Especial para a Folha
O Instituto Ambiental do Paraná (IAP) enviou nota à redação da Folha, ontem, contestando as declarações do Fórum Pró-conservação da Natureza no Paraná, de que o Instituto não teria agido com rigor na fiscalização e autuação de empresas responsáveis pela extração de araucária e imbuia na região de Turvo (região centro-sul do Estado). O diretor de Recursos Humanos do IAP, Mário Sérgio Rasera, afirmou que assim que o problema foi constatado foram feitos a autuação e ambargo da área.

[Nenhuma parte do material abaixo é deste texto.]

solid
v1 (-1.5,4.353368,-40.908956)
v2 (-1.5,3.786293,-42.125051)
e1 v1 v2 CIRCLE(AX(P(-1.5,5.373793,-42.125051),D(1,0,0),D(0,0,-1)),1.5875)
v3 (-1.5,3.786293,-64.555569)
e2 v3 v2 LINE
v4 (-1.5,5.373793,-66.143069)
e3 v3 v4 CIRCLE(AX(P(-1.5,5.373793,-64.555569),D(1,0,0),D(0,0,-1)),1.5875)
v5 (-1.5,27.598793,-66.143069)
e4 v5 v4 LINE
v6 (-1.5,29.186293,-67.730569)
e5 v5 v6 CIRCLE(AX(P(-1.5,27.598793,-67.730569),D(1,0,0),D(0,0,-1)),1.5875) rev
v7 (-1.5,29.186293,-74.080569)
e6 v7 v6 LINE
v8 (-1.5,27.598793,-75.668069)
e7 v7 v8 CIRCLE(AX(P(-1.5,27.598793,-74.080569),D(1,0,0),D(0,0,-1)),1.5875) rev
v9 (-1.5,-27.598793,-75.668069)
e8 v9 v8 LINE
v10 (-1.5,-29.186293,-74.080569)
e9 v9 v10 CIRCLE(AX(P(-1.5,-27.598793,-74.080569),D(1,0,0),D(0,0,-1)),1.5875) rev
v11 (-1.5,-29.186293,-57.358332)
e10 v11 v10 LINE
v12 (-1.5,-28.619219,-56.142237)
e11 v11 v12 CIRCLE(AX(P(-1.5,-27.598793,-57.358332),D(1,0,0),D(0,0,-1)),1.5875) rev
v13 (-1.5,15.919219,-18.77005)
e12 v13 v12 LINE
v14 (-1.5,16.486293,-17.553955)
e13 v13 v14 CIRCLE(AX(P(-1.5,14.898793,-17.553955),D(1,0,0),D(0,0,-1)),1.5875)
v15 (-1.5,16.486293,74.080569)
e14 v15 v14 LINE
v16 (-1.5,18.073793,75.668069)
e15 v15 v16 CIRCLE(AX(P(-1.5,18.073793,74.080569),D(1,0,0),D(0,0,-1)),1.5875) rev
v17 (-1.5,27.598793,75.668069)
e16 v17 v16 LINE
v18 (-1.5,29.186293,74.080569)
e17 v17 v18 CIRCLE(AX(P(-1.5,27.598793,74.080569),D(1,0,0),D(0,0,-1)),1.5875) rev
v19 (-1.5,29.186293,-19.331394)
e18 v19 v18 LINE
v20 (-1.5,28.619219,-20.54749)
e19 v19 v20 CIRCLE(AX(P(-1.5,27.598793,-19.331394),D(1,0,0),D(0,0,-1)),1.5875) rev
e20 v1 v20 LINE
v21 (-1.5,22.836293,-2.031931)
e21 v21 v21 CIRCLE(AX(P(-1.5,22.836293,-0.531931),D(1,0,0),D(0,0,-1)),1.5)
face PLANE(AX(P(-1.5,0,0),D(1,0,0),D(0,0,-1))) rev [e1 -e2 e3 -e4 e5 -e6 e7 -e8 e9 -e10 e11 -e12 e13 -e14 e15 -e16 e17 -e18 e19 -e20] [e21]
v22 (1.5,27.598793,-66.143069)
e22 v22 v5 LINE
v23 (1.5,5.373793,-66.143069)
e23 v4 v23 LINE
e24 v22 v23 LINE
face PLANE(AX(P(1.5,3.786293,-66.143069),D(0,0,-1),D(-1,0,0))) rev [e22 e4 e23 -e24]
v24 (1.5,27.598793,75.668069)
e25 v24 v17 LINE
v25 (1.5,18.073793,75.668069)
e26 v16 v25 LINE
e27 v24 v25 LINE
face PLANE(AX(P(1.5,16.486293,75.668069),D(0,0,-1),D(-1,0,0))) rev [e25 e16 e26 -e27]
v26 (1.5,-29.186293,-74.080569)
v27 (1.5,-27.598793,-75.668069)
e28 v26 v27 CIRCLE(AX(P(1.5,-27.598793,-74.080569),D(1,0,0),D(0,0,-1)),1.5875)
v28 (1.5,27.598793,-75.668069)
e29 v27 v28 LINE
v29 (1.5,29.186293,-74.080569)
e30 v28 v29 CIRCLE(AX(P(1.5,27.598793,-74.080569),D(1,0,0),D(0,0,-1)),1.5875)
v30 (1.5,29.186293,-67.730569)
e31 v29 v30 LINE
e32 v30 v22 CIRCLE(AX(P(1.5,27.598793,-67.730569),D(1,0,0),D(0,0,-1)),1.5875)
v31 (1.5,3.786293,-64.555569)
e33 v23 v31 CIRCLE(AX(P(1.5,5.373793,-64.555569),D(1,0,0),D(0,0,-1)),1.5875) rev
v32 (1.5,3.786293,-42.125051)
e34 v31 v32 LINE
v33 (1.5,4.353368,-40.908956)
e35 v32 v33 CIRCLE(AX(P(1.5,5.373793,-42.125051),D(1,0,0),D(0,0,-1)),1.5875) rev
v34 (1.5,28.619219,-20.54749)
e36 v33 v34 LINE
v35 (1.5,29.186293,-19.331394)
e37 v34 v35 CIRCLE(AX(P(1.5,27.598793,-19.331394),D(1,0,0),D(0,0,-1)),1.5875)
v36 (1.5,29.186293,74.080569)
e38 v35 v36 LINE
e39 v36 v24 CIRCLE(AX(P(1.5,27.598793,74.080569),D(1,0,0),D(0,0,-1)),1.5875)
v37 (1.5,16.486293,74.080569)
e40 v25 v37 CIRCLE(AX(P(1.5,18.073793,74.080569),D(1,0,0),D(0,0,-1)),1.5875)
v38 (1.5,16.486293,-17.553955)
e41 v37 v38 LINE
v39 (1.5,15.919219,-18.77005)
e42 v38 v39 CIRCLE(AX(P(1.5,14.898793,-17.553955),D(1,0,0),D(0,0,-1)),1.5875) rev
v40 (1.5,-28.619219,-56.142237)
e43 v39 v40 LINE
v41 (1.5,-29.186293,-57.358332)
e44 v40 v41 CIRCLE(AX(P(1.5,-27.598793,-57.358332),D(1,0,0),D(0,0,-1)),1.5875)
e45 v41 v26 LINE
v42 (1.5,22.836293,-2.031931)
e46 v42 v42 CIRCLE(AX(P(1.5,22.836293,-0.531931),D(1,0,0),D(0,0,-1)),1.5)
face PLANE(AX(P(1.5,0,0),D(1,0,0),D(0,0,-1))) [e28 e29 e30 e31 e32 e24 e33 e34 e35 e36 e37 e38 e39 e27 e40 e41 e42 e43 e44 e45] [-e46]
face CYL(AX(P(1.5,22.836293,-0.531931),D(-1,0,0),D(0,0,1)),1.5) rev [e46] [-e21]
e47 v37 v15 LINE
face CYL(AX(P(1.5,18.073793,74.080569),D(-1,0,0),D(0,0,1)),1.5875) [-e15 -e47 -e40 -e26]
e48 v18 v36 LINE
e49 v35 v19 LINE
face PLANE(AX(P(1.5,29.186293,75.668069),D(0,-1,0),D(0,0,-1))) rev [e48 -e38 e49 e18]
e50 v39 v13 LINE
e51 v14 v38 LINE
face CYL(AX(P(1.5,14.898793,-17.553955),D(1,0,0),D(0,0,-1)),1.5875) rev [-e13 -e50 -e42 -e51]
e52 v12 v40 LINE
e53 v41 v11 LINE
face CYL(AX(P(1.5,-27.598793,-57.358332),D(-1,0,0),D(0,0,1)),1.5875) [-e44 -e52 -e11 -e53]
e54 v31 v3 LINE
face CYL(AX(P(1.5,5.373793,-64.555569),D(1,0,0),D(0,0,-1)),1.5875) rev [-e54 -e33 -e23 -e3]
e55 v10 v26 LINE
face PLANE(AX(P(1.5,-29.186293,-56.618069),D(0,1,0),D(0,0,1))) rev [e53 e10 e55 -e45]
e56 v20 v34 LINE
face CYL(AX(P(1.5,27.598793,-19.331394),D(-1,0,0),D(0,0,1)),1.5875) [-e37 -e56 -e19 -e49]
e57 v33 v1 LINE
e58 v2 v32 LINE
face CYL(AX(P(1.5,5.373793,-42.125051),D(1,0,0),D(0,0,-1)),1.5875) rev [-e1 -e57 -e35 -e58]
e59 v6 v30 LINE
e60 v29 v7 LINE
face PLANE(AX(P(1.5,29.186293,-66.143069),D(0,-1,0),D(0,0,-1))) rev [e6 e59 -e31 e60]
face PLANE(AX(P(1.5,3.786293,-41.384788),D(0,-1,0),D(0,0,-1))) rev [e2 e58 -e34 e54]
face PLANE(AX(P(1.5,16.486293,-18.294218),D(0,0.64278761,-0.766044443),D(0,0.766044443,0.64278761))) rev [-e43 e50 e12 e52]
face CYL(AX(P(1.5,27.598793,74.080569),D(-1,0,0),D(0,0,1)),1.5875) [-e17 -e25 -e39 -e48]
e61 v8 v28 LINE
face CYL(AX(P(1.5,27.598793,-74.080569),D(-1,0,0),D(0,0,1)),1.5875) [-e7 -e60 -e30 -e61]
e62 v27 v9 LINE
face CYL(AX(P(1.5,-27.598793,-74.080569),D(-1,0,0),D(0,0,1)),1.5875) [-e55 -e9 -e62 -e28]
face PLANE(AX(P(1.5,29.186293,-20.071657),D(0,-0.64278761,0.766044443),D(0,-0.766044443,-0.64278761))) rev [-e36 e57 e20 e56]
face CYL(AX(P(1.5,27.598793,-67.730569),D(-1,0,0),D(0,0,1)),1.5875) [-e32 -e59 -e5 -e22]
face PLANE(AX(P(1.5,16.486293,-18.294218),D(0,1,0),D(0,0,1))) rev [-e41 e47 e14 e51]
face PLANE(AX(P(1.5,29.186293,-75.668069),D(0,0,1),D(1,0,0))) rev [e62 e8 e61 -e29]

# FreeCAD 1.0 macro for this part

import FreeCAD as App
import Part
import Sketcher
Q = App.Units.Quantity


def edges_at(feature, points):
    """Names of the edges that pass closest to the given points."""
    edges = feature.Shape.Edges
    near = lambda p: min(range(len(edges)), key=lambda i: edges[i].distToShape(Part.Vertex(*p))[0])
    return sorted({f"Edge{near(p) + 1}" for p in points})


def add_polygon(sketch, points):
    """Adds a closed chain of lines whose ends are joined by coincident constraints."""
    first, n = sketch.GeometryCount, len(points)
    for a, b in zip(points, points[1:] + points[:1]):
        sketch.addGeometry(Part.LineSegment(App.Vector(*a, 0), App.Vector(*b, 0)), False)
    for i in range(n):
        sketch.addConstraint(Sketcher.Constraint("Coincident", first + i, 2, first + (i + 1) % n, 1))

doc = App.newDocument("Part")
body = doc.addObject("PartDesign::Body", "Body")

# Sketch on YZ plane
sketch1 = body.newObject("Sketcher::SketchObject", "Sketch")
sketch1.AttachmentSupport = (doc.getObject("YZ_Plane"), [""])
sketch1.MapMode = "FlatFace"
add_polygon(sketch1, [(29.2, 75.7), (16.5, 75.7), (16.5, -18.3), (-29.2, -56.6), (-29.2, -75.7), (29.2, -75.7), (29.2, -66.1), (3.8, -66.1), (3.8, -41.4), (29.2, -20.1)])  # lines 0-9
sketch1.addGeometry(Part.Circle(App.Vector(22.8, -0.5, 0), App.Vector(0, 0, 1), 1.5), False)  # 10
sketch1.addConstraint([
    Sketcher.Constraint("Horizontal", 0),
    Sketcher.Constraint("Vertical", 1),
    Sketcher.Constraint("Vertical", 3),
    Sketcher.Constraint("Horizontal", 4),
    Sketcher.Constraint("Vertical", 5),
    Sketcher.Constraint("Horizontal", 6),
    Sketcher.Constraint("Vertical", 7),
    Sketcher.Constraint("Vertical", 9),
    Sketcher.Constraint("Symmetric", 3, 2, 9, 2, -1, 1),
    Sketcher.Constraint("Parallel", 2, 8),
    Sketcher.Constraint("Vertical", 5, 2, 8, 2),
    Sketcher.Constraint("DistanceX", 6, 2, 6, 1, Q("1 in")),
    Sketcher.Constraint("DistanceX", 0, 2, 0, 1, Q("0.5 in")),
    Sketcher.Constraint("Angle", 2, Q("-140 deg")),
    Sketcher.Constraint("DistanceY", 10, 3, 0, 2, Q("3 in")),
    Sketcher.Constraint("DistanceY", 3, 2, 3, 1, Q("0.75 in")),
    Sketcher.Constraint("Diameter", 10, 3.0),
    Sketcher.Constraint("DistanceY", 5, 1, 5, 2, Q("0.375 in")),
    Sketcher.Constraint("DistanceX", 0, 2, 10, 3, Q("0.25 in")),
    Sketcher.Constraint("DistanceY", 7, 1, 7, 2, 24.758281),
    Sketcher.Constraint("DistanceX", 4, 1, 4, 2, 58.372587),
    Sketcher.Constraint("DistanceY", 1, 2, 1, 1, 93.962287),
])
pad1 = body.newObject("PartDesign::Pad", "Pad")
pad1.Profile = sketch1
pad1.Length = 3
pad1.Midplane = True
doc.recompute()

fillet = body.newObject("PartDesign::Fillet", "Fillet")
fillet.Base = (pad1, edges_at(pad1, [
    (0, 29.186, -20.072),
    (0, 3.786, -41.385),
    (0, 3.786, -66.143),
    (0, 29.186, -66.143),
    (0, 29.186, -75.668),
    (0, -29.186, -75.668),
    (0, -29.186, -56.618),
    (0, 16.486, -18.294),
    (0, 16.486, 75.668),
    (0, 29.186, 75.668),
]))
fillet.Radius = Q("0.0625 in")

doc.recompute()
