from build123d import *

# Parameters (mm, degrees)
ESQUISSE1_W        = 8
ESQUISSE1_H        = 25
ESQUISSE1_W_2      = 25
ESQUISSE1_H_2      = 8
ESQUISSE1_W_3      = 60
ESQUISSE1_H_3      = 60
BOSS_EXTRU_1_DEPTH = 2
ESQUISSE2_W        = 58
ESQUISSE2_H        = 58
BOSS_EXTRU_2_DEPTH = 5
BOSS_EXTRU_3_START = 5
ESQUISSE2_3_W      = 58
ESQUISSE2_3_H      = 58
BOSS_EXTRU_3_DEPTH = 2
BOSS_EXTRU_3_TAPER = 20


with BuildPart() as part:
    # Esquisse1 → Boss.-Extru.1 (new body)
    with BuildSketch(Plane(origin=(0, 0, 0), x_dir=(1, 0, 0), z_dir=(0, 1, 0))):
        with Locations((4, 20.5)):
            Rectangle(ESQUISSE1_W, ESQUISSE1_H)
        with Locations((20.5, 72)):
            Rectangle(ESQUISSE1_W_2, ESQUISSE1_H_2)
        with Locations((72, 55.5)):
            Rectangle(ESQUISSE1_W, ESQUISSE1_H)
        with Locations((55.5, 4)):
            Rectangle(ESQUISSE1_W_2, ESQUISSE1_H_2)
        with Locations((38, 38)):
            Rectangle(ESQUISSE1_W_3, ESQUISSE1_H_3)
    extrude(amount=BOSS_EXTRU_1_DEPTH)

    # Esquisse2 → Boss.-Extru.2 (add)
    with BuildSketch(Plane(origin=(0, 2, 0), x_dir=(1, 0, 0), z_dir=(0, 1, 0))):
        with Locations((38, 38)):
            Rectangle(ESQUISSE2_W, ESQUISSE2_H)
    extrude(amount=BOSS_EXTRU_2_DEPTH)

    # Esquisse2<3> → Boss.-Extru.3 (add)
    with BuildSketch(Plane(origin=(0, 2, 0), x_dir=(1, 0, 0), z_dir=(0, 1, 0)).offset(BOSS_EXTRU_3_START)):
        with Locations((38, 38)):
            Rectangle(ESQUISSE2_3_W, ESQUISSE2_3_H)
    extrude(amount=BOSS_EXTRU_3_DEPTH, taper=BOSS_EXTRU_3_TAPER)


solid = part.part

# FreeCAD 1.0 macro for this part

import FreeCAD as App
import Part
import Sketcher

doc = App.newDocument("Part")
params = doc.addObject("Spreadsheet::Sheet", "Params")
for row, (alias, value) in enumerate([
    ("sketch1_width", "43 mm"),
    ("sketch1_width2", "25 mm"),
    ("sketch1_width3", "8 mm"),
    ("pad1_length", "2 mm"),
    ("sketch2_width", "58 mm"),
    ("pad2_length", "5 mm"),
    ("sketch3_width", "58 mm"),
    ("pad3_length", "2 mm"),
    ("pad3_taper", "-20 deg"),
], start=1):
    params.set(f"A{row}", alias)
    params.set(f"B{row}", "=" + value)
    params.setAlias(f"B{row}", alias)

body = doc.addObject("PartDesign::Body", "Body")

sketch1 = body.newObject("Sketcher::SketchObject", "Sketch")
sketch1.AttachmentSupport = (doc.getObject("XZ_Plane"), [""])
sketch1.MapMode = "FlatFace"
sketch1.addGeometry(Part.LineSegment(App.Vector(0, -33, 0), App.Vector(0, -8, 0)), False)
sketch1.addGeometry(Part.LineSegment(App.Vector(0, -8, 0), App.Vector(43, -8, 0)), False)
sketch1.addGeometry(Part.LineSegment(App.Vector(43, -8, 0), App.Vector(43, 0, 0)), False)
sketch1.addGeometry(Part.LineSegment(App.Vector(43, 0, 0), App.Vector(68, 0, 0)), False)
sketch1.addGeometry(Part.LineSegment(App.Vector(68, 0, 0), App.Vector(68, -43, 0)), False)
sketch1.addGeometry(Part.LineSegment(App.Vector(68, -43, 0), App.Vector(76, -43, 0)), False)
sketch1.addGeometry(Part.LineSegment(App.Vector(76, -43, 0), App.Vector(76, -68, 0)), False)
sketch1.addGeometry(Part.LineSegment(App.Vector(76, -68, 0), App.Vector(33, -68, 0)), False)
sketch1.addGeometry(Part.LineSegment(App.Vector(33, -68, 0), App.Vector(33, -76, 0)), False)
sketch1.addGeometry(Part.LineSegment(App.Vector(33, -76, 0), App.Vector(8, -76, 0)), False)
sketch1.addGeometry(Part.LineSegment(App.Vector(8, -76, 0), App.Vector(8, -33, 0)), False)
sketch1.addGeometry(Part.LineSegment(App.Vector(8, -33, 0), App.Vector(0, -33, 0)), False)
sketch1.addConstraint(Sketcher.Constraint("Coincident", 0, 2, 1, 1))
sketch1.addConstraint(Sketcher.Constraint("Coincident", 1, 2, 2, 1))
sketch1.addConstraint(Sketcher.Constraint("Coincident", 2, 2, 3, 1))
sketch1.addConstraint(Sketcher.Constraint("Coincident", 3, 2, 4, 1))
sketch1.addConstraint(Sketcher.Constraint("Coincident", 4, 2, 5, 1))
sketch1.addConstraint(Sketcher.Constraint("Coincident", 5, 2, 6, 1))
sketch1.addConstraint(Sketcher.Constraint("Coincident", 6, 2, 7, 1))
sketch1.addConstraint(Sketcher.Constraint("Coincident", 7, 2, 8, 1))
sketch1.addConstraint(Sketcher.Constraint("Coincident", 8, 2, 9, 1))
sketch1.addConstraint(Sketcher.Constraint("Coincident", 9, 2, 10, 1))
sketch1.addConstraint(Sketcher.Constraint("Coincident", 10, 2, 11, 1))
sketch1.addConstraint(Sketcher.Constraint("Coincident", 11, 2, 0, 1))
sketch1.addConstraint(Sketcher.Constraint("Vertical", 0))
sketch1.addConstraint(Sketcher.Constraint("Horizontal", 1))
sketch1.addConstraint(Sketcher.Constraint("Vertical", 2))
sketch1.addConstraint(Sketcher.Constraint("Horizontal", 3))
sketch1.addConstraint(Sketcher.Constraint("Vertical", 4))
sketch1.addConstraint(Sketcher.Constraint("Horizontal", 5))
sketch1.addConstraint(Sketcher.Constraint("Vertical", 6))
sketch1.addConstraint(Sketcher.Constraint("Horizontal", 7))
sketch1.addConstraint(Sketcher.Constraint("Vertical", 8))
sketch1.addConstraint(Sketcher.Constraint("Horizontal", 9))
sketch1.addConstraint(Sketcher.Constraint("Vertical", 10))
sketch1.addConstraint(Sketcher.Constraint("Horizontal", 11))
sketch1.addConstraint(Sketcher.Constraint("PointOnObject", 0, 2, -2))
sketch1.addConstraint(Sketcher.Constraint("PointOnObject", 2, 2, -1))
sketch1.addConstraint(Sketcher.Constraint("Equal", 1, 7))
sketch1.addConstraint(Sketcher.Constraint("Equal", 3, 9))
sketch1.addConstraint(Sketcher.Constraint("Equal", 9, 0))
sketch1.addConstraint(Sketcher.Constraint("Equal", 11, 2))
sketch1.addConstraint(Sketcher.Constraint("Equal", 7, 4))
sketch1.addConstraint(Sketcher.Constraint("Equal", 0, 6))
sketch1.addConstraint(Sketcher.Constraint("Equal", 2, 8))
sketch1.addConstraint(Sketcher.Constraint("DistanceX", 1, 1, 1, 2, 43.0))
sketch1.addConstraint(Sketcher.Constraint("DistanceX", 3, 1, 3, 2, 25.0))
sketch1.addConstraint(Sketcher.Constraint("DistanceX", 5, 1, 5, 2, 8.0))
sketch1.setExpression("Constraints[33]", "Params.sketch1_width")
sketch1.setExpression("Constraints[34]", "Params.sketch1_width2")
sketch1.setExpression("Constraints[35]", "Params.sketch1_width3")
pad1 = body.newObject("PartDesign::Pad", "Pad")
pad1.Profile = sketch1
pad1.setExpression("Length", "Params.pad1_length")
pad1.Reversed = True

sketch2 = body.newObject("Sketcher::SketchObject", "Sketch001")
sketch2.AttachmentSupport = (doc.getObject("XZ_Plane"), [""])
sketch2.MapMode = "FlatFace"
sketch2.AttachmentOffset = App.Placement(App.Vector(0, 0, -2), App.Rotation())
sketch2.addGeometry(Part.LineSegment(App.Vector(9, -67, 0), App.Vector(9, -9, 0)), False)
sketch2.addGeometry(Part.LineSegment(App.Vector(9, -9, 0), App.Vector(67, -9, 0)), False)
sketch2.addGeometry(Part.LineSegment(App.Vector(67, -9, 0), App.Vector(67, -67, 0)), False)
sketch2.addGeometry(Part.LineSegment(App.Vector(67, -67, 0), App.Vector(9, -67, 0)), False)
sketch2.addConstraint(Sketcher.Constraint("Coincident", 0, 2, 1, 1))
sketch2.addConstraint(Sketcher.Constraint("Coincident", 1, 2, 2, 1))
sketch2.addConstraint(Sketcher.Constraint("Coincident", 2, 2, 3, 1))
sketch2.addConstraint(Sketcher.Constraint("Coincident", 3, 2, 0, 1))
sketch2.addConstraint(Sketcher.Constraint("Vertical", 0))
sketch2.addConstraint(Sketcher.Constraint("Horizontal", 1))
sketch2.addConstraint(Sketcher.Constraint("Vertical", 2))
sketch2.addConstraint(Sketcher.Constraint("Horizontal", 3))
sketch2.addConstraint(Sketcher.Constraint("Equal", 3, 0))
sketch2.addConstraint(Sketcher.Constraint("DistanceX", 1, 1, 1, 2, 58.0))
sketch2.addConstraint(Sketcher.Constraint("DistanceX", -1, 1, 0, 2, 9.0))
sketch2.addConstraint(Sketcher.Constraint("DistanceY", 0, 2, -1, 1, 9.0))
sketch2.setExpression("Constraints[9]", "Params.sketch2_width")
pad2 = body.newObject("PartDesign::Pad", "Pad001")
pad2.Profile = sketch2
pad2.setExpression("Length", "Params.pad2_length")
pad2.Reversed = True

sketch3 = body.newObject("Sketcher::SketchObject", "Sketch002")
sketch3.AttachmentSupport = (doc.getObject("XZ_Plane"), [""])
sketch3.MapMode = "FlatFace"
sketch3.AttachmentOffset = App.Placement(App.Vector(0, 0, -7), App.Rotation())
sketch3.addGeometry(Part.LineSegment(App.Vector(9, -67, 0), App.Vector(9, -9, 0)), False)
sketch3.addGeometry(Part.LineSegment(App.Vector(9, -9, 0), App.Vector(67, -9, 0)), False)
sketch3.addGeometry(Part.LineSegment(App.Vector(67, -9, 0), App.Vector(67, -67, 0)), False)
sketch3.addGeometry(Part.LineSegment(App.Vector(67, -67, 0), App.Vector(9, -67, 0)), False)
sketch3.addConstraint(Sketcher.Constraint("Coincident", 0, 2, 1, 1))
sketch3.addConstraint(Sketcher.Constraint("Coincident", 1, 2, 2, 1))
sketch3.addConstraint(Sketcher.Constraint("Coincident", 2, 2, 3, 1))
sketch3.addConstraint(Sketcher.Constraint("Coincident", 3, 2, 0, 1))
sketch3.addConstraint(Sketcher.Constraint("Vertical", 0))
sketch3.addConstraint(Sketcher.Constraint("Horizontal", 1))
sketch3.addConstraint(Sketcher.Constraint("Vertical", 2))
sketch3.addConstraint(Sketcher.Constraint("Horizontal", 3))
sketch3.addConstraint(Sketcher.Constraint("Equal", 3, 0))
sketch3.addConstraint(Sketcher.Constraint("DistanceX", 1, 1, 1, 2, 58.0))
sketch3.addConstraint(Sketcher.Constraint("DistanceX", -1, 1, 0, 2, 9.0))
sketch3.addConstraint(Sketcher.Constraint("DistanceY", 0, 2, -1, 1, 9.0))
sketch3.setExpression("Constraints[9]", "Params.sketch3_width")
pad3 = body.newObject("PartDesign::Pad", "Pad002")
pad3.Profile = sketch3
pad3.setExpression("Length", "Params.pad3_length")
pad3.Reversed = True
pad3.setExpression("TaperAngle", "Params.pad3_taper")

doc.recompute()
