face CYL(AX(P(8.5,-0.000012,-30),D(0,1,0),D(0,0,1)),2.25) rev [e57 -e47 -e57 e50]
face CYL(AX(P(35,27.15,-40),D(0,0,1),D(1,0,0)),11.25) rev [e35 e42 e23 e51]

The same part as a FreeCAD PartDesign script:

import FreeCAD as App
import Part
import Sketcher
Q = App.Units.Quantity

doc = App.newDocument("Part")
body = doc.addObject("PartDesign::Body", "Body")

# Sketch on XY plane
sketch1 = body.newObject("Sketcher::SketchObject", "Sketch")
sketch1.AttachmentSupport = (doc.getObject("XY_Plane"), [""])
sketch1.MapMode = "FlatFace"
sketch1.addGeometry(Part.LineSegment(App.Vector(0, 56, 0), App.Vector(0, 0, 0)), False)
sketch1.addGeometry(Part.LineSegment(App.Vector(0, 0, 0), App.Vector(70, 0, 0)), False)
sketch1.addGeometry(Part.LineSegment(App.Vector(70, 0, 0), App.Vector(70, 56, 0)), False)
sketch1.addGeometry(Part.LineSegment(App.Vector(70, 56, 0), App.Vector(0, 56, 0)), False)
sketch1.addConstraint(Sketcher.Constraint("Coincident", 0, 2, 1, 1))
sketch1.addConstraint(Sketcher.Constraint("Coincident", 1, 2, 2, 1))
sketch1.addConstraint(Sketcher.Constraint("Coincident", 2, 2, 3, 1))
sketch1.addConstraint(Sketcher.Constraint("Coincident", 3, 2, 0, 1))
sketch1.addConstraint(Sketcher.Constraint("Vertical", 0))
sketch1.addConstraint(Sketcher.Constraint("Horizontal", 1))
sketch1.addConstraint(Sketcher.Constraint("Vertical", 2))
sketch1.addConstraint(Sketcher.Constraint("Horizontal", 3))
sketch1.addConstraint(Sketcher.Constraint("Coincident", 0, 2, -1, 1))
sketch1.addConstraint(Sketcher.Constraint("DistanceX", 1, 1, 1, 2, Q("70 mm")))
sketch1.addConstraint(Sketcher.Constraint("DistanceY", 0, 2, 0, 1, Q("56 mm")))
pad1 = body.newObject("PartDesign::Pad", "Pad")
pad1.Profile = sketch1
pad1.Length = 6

‘‘Muito antes dos ambientalistas constatarem a denúncia de exploração irregular da floresta, o IAP já havia autuado a empresa no limite máximo previsto em lei federal, e encaminhado o processo ao Ministério Público’’, disse Rasera. Ele explicou que, em seis meses, o IAP autuou a Indústria de Madeira Serra Forte e o proprietário da área, Josias Rickli três vezes.
O IAP tem fiscalizado a área e, após a última autuação, dia 3 de maio, ele acredita que a empresa não esteja mais atuando na região. O processo, agora, está na Comarca de Guarapuava, onde a juíza Lídia Munhoz Matos Guedes Correa, da 1ª Vara Criminal de Guarapuava, vai analisar o processo criminal instaurado pelo Ministério Público. A reportagem não conseguiu contato com as madeireiras e o proprietário da área.